See attached diagrams. Depending on which 4000 model you have, there are two different power steering pump arrangements. The power steering pump is mounted on the left/forward side of the engine. The filler cap for the older style pump is item #48, and for the newer pump it's item #25. Note that both have filters - may need replacing. 

You can use power steering fluid, ATF (automatic transmission fluid), or the Ford/New Holland 134D fluid or equivalent Universal Tractor Fluid. 

If you have a leaking seal in the PS pump, fluid can leak into the engine.

Once you have the power steering fluid reservoir full, purge the system of air by: 
1) steering full right, 
2) refill the PS reservoir, 
3) steer full left, 
4) refill the PS reservoir. You should be good to go at that point.


----------



## fredstractor (Aug 28, 2012)

according to tractor data, ford 4000 is a 1975 model, also fluid poors out the top of the steering column. is it hard to put a seal kit in either of these. fred


----------



## harry16 (Dec 8, 2011)

Leaks out of the steering column are fairly common. One major contributing factor is using the steering wheel to pull yourself up on the tractor. This stresses the seal at the base of the steering column. Make it a point to find another way to pull yourself up onto the tractor. I replaced my seal at the base of the steering column 20+ years ago and haven't had a leak since. BUT, I no longer pull myself on the tractor with the steering wheel. 

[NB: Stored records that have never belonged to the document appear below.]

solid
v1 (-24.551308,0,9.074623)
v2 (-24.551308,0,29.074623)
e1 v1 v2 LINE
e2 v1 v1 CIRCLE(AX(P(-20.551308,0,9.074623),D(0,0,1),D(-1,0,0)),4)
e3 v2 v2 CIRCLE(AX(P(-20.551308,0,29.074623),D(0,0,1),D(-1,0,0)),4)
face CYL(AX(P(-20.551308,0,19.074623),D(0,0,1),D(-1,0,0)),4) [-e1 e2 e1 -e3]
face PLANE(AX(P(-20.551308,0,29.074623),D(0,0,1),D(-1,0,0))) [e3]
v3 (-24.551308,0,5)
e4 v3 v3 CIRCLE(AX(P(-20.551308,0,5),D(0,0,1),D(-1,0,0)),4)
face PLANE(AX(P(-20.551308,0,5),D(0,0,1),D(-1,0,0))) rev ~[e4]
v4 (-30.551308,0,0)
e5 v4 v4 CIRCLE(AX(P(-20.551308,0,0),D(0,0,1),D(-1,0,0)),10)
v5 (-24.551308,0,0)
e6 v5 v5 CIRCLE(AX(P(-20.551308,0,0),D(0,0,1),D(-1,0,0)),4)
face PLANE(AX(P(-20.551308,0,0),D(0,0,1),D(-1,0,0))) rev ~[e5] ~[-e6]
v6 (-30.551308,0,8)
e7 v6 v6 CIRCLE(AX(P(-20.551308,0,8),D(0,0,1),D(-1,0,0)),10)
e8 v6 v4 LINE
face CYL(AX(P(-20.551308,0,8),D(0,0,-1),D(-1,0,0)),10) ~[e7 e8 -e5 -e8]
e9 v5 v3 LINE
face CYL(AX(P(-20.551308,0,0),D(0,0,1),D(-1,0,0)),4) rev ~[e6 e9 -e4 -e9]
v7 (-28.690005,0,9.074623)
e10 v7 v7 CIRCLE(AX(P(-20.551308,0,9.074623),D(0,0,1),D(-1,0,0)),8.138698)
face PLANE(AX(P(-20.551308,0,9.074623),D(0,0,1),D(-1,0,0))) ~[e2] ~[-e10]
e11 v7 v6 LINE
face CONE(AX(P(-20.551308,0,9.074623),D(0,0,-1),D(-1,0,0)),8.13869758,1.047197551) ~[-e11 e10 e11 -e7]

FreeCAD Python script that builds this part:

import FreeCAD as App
import Part
import Sketcher
Q = App.Units.Quantity

doc = App.newDocument("Part")
body = doc.addObject("PartDesign::Body", "Body")

sketch1 = body.newObject("Sketcher::SketchObject", "Sketch")
sketch1.AttachmentSupport = (doc.getObject("XZ_Plane"), [""])
sketch1.MapMode = "FlatFace"
sketch1.addGeometry(Part.LineSegment(App.Vector(-24.6, 29.1, 0), App.Vector(-24.6, 9.1, 0)), False)
sketch1.addGeometry(Part.LineSegment(App.Vector(-24.6, 9.1, 0), App.Vector(-28.7, 9.1, 0)), False)
sketch1.addGeometry(Part.LineSegment(App.Vector(-28.7, 9.1, 0), App.Vector(-30.6, 8, 0)), False)
sketch1.addGeometry(Part.LineSegment(App.Vector(-30.6, 8, 0), App.Vector(-30.6, 0, 0)), False)
sketch1.addGeometry(Part.LineSegment(App.Vector(-30.6, 0, 0), App.Vector(-24.6, 0, 0)), False)
sketch1.addGeometry(Part.LineSegment(App.Vector(-24.6, 0, 0), App.Vector(-24.6, 5, 0)), False)
sketch1.addGeometry(Part.LineSegment(App.Vector(-24.6, 5, 0), App.Vector(-20.6, 5, 0)), False)
sketch1.addGeometry(Part.LineSegment(App.Vector(-20.6, 5, 0), App.Vector(-20.6, 29.1, 0)), False)
sketch1.addGeometry(Part.LineSegment(App.Vector(-20.6, 29.1, 0), App.Vector(-24.6, 29.1, 0)), False)
sketch1.addGeometry(Part.LineSegment(App.Vector(-20.6, 0, 0), App.Vector(-20.6, 29.1, 0)), True)
sketch1.addConstraint(Sketcher.Constraint("Coincident", 0, 2, 1, 1))
sketch1.addConstraint(Sketcher.Constraint("Coincident", 1, 2, 2, 1))
sketch1.addConstraint(Sketcher.Constraint("Coincident", 2, 2, 3, 1))
sketch1.addConstraint(Sketcher.Constraint("Coincident", 3, 2, 4, 1))
sketch1.addConstraint(Sketcher.Constraint("Coincident", 4, 2, 5, 1))
sketch1.addConstraint(Sketcher.Constraint("Coincident", 5, 2, 6, 1))
sketch1.addConstraint(Sketcher.Constraint("Coincident", 6, 2, 7, 1))
sketch1.addConstraint(Sketcher.Constraint("Coincident", 7, 2, 8, 1))
sketch1.addConstraint(Sketcher.Constraint("Coincident", 8, 2, 0, 1))
sketch1.addConstraint(Sketcher.Constraint("Vertical", 0))
sketch1.addConstraint(Sketcher.Constraint("Horizontal", 1))
sketch1.addConstraint(Sketcher.Constraint("Vertical", 3))
sketch1.addConstraint(Sketcher.Constraint("Horizontal", 4))
sketch1.addConstraint(Sketcher.Constraint("Vertical", 5))
sketch1.addConstraint(Sketcher.Constraint("Horizontal", 6))
sketch1.addConstraint(Sketcher.Constraint("Vertical", 7))
sketch1.addConstraint(Sketcher.Constraint("Horizontal", 8))
sketch1.addConstraint(Sketcher.Constraint("Vertical", 9))
sketch1.addConstraint(Sketcher.Constraint("Coincident", 9, 2, 7, 2))
sketch1.addConstraint(Sketcher.Constraint("PointOnObject", 3, 2, -1))
sketch1.addConstraint(Sketcher.Constraint("PointOnObject", 9, 1, -1))
sketch1.addConstraint(Sketcher.Constraint("Vertical", 0, 2, 4, 2))
sketch1.addConstraint(Sketcher.Constraint("DistanceX", 4, 1, 4, 2, Q("6 mm")))
sketch1.addConstraint(Sketcher.Constraint("DistanceX", 6, 1, 6, 2, Q("4 mm")))
sketch1.addConstraint(Sketcher.Constraint("DistanceY", 0, 2, 0, 1, Q("20 mm")))
sketch1.addConstraint(Sketcher.Constraint("DistanceY", 3, 2, 3, 1, Q("8 mm")))
sketch1.addConstraint(Sketcher.Constraint("DistanceY", 5, 1, 5, 2, Q("5 mm")))
sketch1.addConstraint(Sketcher.Constraint("Angle", 2, Q("-150 deg")))
sketch1.addConstraint(Sketcher.Constraint("DistanceX", 1, 2, 1, 1, Q("4.138698 mm")))
sketch1.addConstraint(Sketcher.Constraint("DistanceX", 0, 2, -1, 1, Q("24.551308 mm")))
revolution = body.newObject("PartDesign::Revolution", "Revolution")
revolution.Profile = sketch1
revolution.ReferenceAxis = (sketch1, ["Axis0"])
revolution.Angle = 360

doc.recompute()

Also the lower column seal often wears a groove in the steering shaft over the years, and eventually requires a sleeve installed on the steering shaft for the seal to seal against. There are kits available to fix this problem.

The seal that you need to replace is #35 on the attached diagram. It is installed in the base of the outer steering column. Probably should replace the o-ring #33 as well. You have to remove hood, steering wheel, and cowling, to get to she steering column. Remove the outer steering column only - DO NOT remove the steering shaft. 

This is a relatively simple job. Putting seals in the power steering pump is not difficult either.


----------



## fredstractor (Aug 28, 2012)

*power steering pump*

hello, wondering which seal kit, or power steering pump fit the 1975 model 4000 tractor, new pumps on ebay are reasonably prized. fred reeh


----------



## fredstractor (Aug 28, 2012)

*ford 4000*

after studying the serial no. i dertimined that it is a 1974 not 1975, has a pressley steering pump on it, made in CT Britain. fred


----------



## harry16 (Dec 8, 2011)

See attachments. Your tractor should have one of these two power steering pumps. Seal kits are listed in parts list on attachments.


----------



## fredstractor (Aug 28, 2012)

*attachments*



harry16 said:


> See attachments. Your tractor should have one of these two power steering pumps. Seal kits are listed in parts list on attachments.


maybe i cannt figure out the site but i cannt open the attachments


----------



## sixbales (May 18, 2011)

The attachments are pdf format. Just double click on them and they should open.


----------



## fredstractor (Aug 28, 2012)

*f0rd 4000 steering column*

I put a seal kit in the pump, and tore the steering column apart, took the top section of. took of the top steering rod which is splined on to the bottom section. there were a couple of half seals and rubber washer in the top section under the steering wheel bushing, i cannt see what good they do there sinse the housing is bigger than the seals, the seal is in the second section pointing down, where does the o ring go. fred


----------



## Damien (Feb 15, 2013)

Hi, I'm in Australia, anyone know where I can get an owner manual or service manual? PDF is fine. Damien


----------